Solving problems in ion mobility measurements of forensic samples with thermal desorption and dynamic modeling.

摘要

Fast screening procedures are necessary when forensic samples are being investigated, which is apparent when screening for explosives, narcotics, and bacteria. Many forensic problems can be solved by traditional analytical methods such as gas chromatography (GC) and liquid chromatography (LC). However, ion mobility spectrometry (IMS) offers several advantages that enhance its applicability as a screening procedure compared to traditional methods. Some of these advantages include its high sensitivity, low detection limits, rapid response, portability, and real-time monitoring capabilities.
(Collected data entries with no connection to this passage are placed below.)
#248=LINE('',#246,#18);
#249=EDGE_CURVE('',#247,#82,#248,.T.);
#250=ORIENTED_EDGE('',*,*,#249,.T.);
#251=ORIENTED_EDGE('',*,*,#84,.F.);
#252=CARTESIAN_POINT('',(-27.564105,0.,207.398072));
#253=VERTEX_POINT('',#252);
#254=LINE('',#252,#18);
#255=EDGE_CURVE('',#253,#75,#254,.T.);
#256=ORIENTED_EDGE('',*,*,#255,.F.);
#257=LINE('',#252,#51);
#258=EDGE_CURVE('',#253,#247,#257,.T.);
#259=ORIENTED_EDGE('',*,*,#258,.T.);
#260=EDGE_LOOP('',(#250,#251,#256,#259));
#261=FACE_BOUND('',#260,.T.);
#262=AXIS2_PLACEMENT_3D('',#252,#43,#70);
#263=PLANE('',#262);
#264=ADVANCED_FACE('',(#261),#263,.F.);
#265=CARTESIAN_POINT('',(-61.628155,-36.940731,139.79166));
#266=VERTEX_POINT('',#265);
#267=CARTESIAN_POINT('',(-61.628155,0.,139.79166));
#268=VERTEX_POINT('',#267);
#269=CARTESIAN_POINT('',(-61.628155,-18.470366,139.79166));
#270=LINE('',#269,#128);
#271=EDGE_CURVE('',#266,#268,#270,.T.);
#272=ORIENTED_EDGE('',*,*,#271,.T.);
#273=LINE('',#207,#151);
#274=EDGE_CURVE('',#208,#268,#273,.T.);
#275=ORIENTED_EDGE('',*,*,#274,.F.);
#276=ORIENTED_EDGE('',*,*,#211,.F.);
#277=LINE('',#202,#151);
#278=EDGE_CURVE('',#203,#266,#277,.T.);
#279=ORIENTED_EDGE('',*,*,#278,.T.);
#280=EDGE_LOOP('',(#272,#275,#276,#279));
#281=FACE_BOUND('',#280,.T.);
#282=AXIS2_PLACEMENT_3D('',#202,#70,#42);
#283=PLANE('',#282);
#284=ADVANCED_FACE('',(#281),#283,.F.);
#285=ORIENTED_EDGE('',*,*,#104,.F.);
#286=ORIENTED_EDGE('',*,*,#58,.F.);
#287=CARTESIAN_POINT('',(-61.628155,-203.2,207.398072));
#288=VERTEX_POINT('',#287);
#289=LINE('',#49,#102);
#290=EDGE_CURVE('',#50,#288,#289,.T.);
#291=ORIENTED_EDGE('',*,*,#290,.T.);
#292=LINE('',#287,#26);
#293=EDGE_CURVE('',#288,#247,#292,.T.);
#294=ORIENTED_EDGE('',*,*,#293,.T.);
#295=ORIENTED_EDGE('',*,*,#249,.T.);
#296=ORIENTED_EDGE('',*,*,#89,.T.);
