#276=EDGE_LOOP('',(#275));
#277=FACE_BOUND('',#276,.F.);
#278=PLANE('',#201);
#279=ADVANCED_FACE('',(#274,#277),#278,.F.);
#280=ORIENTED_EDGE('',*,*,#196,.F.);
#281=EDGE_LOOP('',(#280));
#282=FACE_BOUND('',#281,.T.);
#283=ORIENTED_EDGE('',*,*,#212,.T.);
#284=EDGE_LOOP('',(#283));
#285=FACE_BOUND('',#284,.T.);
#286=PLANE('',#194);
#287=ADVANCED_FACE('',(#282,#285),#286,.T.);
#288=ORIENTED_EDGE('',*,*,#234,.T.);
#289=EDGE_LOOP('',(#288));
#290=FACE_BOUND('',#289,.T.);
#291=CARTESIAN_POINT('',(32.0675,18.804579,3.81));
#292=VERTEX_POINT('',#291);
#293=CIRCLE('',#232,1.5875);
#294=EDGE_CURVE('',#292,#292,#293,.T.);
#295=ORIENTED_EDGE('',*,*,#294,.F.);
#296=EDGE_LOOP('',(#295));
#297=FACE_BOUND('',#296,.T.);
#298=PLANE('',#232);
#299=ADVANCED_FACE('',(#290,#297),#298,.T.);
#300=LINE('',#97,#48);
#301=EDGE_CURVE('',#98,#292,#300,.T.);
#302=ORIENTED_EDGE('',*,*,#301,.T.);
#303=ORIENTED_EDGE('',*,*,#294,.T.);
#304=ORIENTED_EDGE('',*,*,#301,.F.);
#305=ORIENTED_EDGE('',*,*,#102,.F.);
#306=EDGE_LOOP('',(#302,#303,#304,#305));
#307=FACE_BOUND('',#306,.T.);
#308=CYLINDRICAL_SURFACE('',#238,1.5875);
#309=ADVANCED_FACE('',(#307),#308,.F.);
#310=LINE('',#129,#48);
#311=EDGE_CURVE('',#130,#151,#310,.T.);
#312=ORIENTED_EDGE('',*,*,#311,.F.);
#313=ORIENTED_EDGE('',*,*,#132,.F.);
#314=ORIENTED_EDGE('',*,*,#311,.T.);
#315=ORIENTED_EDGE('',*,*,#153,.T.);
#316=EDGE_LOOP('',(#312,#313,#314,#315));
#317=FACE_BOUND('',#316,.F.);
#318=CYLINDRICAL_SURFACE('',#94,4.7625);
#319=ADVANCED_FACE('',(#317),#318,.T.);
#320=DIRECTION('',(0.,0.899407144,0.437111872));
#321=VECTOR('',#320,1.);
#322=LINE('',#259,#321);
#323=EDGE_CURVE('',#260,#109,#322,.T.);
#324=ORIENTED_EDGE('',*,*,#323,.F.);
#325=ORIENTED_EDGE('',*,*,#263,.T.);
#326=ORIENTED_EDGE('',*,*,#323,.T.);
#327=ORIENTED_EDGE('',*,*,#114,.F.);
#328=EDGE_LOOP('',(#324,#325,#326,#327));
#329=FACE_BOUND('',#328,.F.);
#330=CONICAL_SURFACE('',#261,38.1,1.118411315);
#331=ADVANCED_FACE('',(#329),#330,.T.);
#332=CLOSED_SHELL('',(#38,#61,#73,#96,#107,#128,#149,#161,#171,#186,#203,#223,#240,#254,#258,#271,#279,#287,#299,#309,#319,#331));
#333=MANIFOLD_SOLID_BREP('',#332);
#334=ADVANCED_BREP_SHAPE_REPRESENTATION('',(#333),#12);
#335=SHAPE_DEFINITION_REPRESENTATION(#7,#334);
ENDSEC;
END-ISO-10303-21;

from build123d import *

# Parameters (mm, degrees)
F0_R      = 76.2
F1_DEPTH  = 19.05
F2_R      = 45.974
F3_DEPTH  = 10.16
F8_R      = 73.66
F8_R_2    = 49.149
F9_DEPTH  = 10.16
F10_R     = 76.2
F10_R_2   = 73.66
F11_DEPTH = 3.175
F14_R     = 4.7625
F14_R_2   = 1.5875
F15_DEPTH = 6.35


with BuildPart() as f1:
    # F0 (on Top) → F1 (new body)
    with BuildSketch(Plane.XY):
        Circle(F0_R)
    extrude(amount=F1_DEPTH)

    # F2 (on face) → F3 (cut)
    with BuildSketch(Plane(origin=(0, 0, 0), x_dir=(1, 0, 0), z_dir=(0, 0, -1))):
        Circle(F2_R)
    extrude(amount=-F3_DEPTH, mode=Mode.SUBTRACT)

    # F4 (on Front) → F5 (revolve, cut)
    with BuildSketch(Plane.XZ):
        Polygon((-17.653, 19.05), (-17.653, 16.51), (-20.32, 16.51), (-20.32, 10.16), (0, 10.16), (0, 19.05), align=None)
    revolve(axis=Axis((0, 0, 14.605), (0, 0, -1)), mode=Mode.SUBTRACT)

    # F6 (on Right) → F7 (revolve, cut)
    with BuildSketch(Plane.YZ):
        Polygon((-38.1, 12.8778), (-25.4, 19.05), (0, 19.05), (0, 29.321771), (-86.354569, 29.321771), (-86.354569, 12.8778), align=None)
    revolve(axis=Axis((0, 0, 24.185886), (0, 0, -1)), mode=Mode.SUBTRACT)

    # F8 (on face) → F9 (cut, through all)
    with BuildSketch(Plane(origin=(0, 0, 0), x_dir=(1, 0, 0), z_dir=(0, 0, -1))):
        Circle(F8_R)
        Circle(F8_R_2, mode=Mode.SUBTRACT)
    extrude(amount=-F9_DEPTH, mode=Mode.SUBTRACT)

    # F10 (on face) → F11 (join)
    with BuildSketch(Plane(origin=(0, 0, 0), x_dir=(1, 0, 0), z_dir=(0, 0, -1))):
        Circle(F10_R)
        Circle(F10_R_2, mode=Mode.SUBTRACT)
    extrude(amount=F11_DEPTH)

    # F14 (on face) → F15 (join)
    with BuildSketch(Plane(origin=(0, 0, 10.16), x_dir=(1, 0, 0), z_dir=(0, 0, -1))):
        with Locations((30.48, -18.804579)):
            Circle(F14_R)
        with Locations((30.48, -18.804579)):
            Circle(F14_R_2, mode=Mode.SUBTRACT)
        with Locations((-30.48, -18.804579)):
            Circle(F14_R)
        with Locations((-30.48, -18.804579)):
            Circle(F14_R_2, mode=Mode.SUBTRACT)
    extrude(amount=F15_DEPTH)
SIMPLe-to-use Interactive Self-modeling Mixture Analysis (SIMPLISMA) allows temporal information in the data to be exploited so that information is not lost by averaging.; Several methods were developed to produce systems that could solve forensic problems rapidly. First, by utilizing a temperature ramped thermal desorption IMS system with SIMPLISMA, interfering compounds were separated from explosives. Without the ramped thermal desorption, separation of the different compounds was not possible. Also, coupling solid phase extraction (SPE) with IMS allows for the detection of trace levels of analytes in liquid matrices. The detection of explosives in water is very important because 2,4,6-trinitrotoluene (TNT), cyclotrimethylene trinitramine (RDX), and cyclotetramethylene tetranitramine (HMX) are toxic to humans. By using SPE-IMS, detection and identification of the explosives in water was achieved, possible interferences were removed, and very low detection limits were obtained. Also, the detection of illegal narcotics and their metabolites in urine is important for workplace drug screening. The advantages of utilizing SPE-IMS for these samples include simultaneous detection of several possible compounds and removal of adulterants that might interfere with detection of the narcotics. Finally, adding a thermal hydrolysis/methylation (THM) step to IMS provides a method to detect and identify bacteria rapidly by their fatty acid methyl ester profiles. By utilizing THM-IMS, Bacillus cereus and three different Listeria bacteria could be detected and identified rapidly. SIMPLISMA and principal component analysis (PCA) were utilized to classify the data.; Solving problems in ion mobility measurements of forensic samples is possible by IMS without utilizing more complex systems such as GC-IMS or LC-IMS which reduce its applicability as a rapid screening technique.